* **TASK TO COMPLETE**:
From the data below, repeat exactly the lines from the line with "(0, 1.25), align=None)" to the line with "The same part", both included.

Saved data entries
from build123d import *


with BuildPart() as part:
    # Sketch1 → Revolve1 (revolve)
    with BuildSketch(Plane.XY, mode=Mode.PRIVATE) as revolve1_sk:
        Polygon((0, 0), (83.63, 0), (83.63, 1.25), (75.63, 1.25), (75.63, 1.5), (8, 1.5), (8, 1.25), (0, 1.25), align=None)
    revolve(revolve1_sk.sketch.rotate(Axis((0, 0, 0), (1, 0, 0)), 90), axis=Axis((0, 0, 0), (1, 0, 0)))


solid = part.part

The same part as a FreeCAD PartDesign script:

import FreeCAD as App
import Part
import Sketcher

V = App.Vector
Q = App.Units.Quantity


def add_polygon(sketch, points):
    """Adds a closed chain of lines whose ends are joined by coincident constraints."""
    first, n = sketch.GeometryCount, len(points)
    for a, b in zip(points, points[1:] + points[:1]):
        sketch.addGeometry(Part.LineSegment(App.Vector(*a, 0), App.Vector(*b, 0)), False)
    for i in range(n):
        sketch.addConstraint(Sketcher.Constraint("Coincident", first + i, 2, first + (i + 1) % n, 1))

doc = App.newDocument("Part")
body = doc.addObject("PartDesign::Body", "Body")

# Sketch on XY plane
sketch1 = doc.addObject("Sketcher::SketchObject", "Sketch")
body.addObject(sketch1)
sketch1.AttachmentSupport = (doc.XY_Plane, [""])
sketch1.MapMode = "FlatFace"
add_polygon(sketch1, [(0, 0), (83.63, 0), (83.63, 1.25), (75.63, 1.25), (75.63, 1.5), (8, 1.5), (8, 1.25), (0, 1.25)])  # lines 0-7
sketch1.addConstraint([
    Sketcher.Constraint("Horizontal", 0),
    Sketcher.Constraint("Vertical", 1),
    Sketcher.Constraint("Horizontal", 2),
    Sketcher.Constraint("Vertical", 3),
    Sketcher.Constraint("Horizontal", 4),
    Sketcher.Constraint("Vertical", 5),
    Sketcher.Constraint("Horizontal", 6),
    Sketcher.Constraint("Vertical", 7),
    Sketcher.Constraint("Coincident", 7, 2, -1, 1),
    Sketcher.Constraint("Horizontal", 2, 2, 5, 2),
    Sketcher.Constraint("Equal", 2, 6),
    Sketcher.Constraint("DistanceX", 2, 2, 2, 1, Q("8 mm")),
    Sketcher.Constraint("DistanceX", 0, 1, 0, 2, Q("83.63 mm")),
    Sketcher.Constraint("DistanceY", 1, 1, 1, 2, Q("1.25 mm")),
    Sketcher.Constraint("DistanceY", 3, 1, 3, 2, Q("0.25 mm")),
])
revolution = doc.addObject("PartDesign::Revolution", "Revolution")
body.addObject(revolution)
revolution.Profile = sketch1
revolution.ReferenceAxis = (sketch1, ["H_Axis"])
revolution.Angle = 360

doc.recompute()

* **PROBLEM SOLUTION**:
        Polygon((0, 0), (83.63, 0), (83.63, 1.25), (75.63, 1.25), (75.63, 1.5), (8, 1.5), (8, 1.25), (0, 1.25), align=None)
    revolve(revolve1_sk.sketch.rotate(Axis((0, 0, 0), (1, 0, 0)), 90), axis=Axis((0, 0, 0), (1, 0, 0)))


solid = part.part

The same part as a FreeCAD PartDesign script:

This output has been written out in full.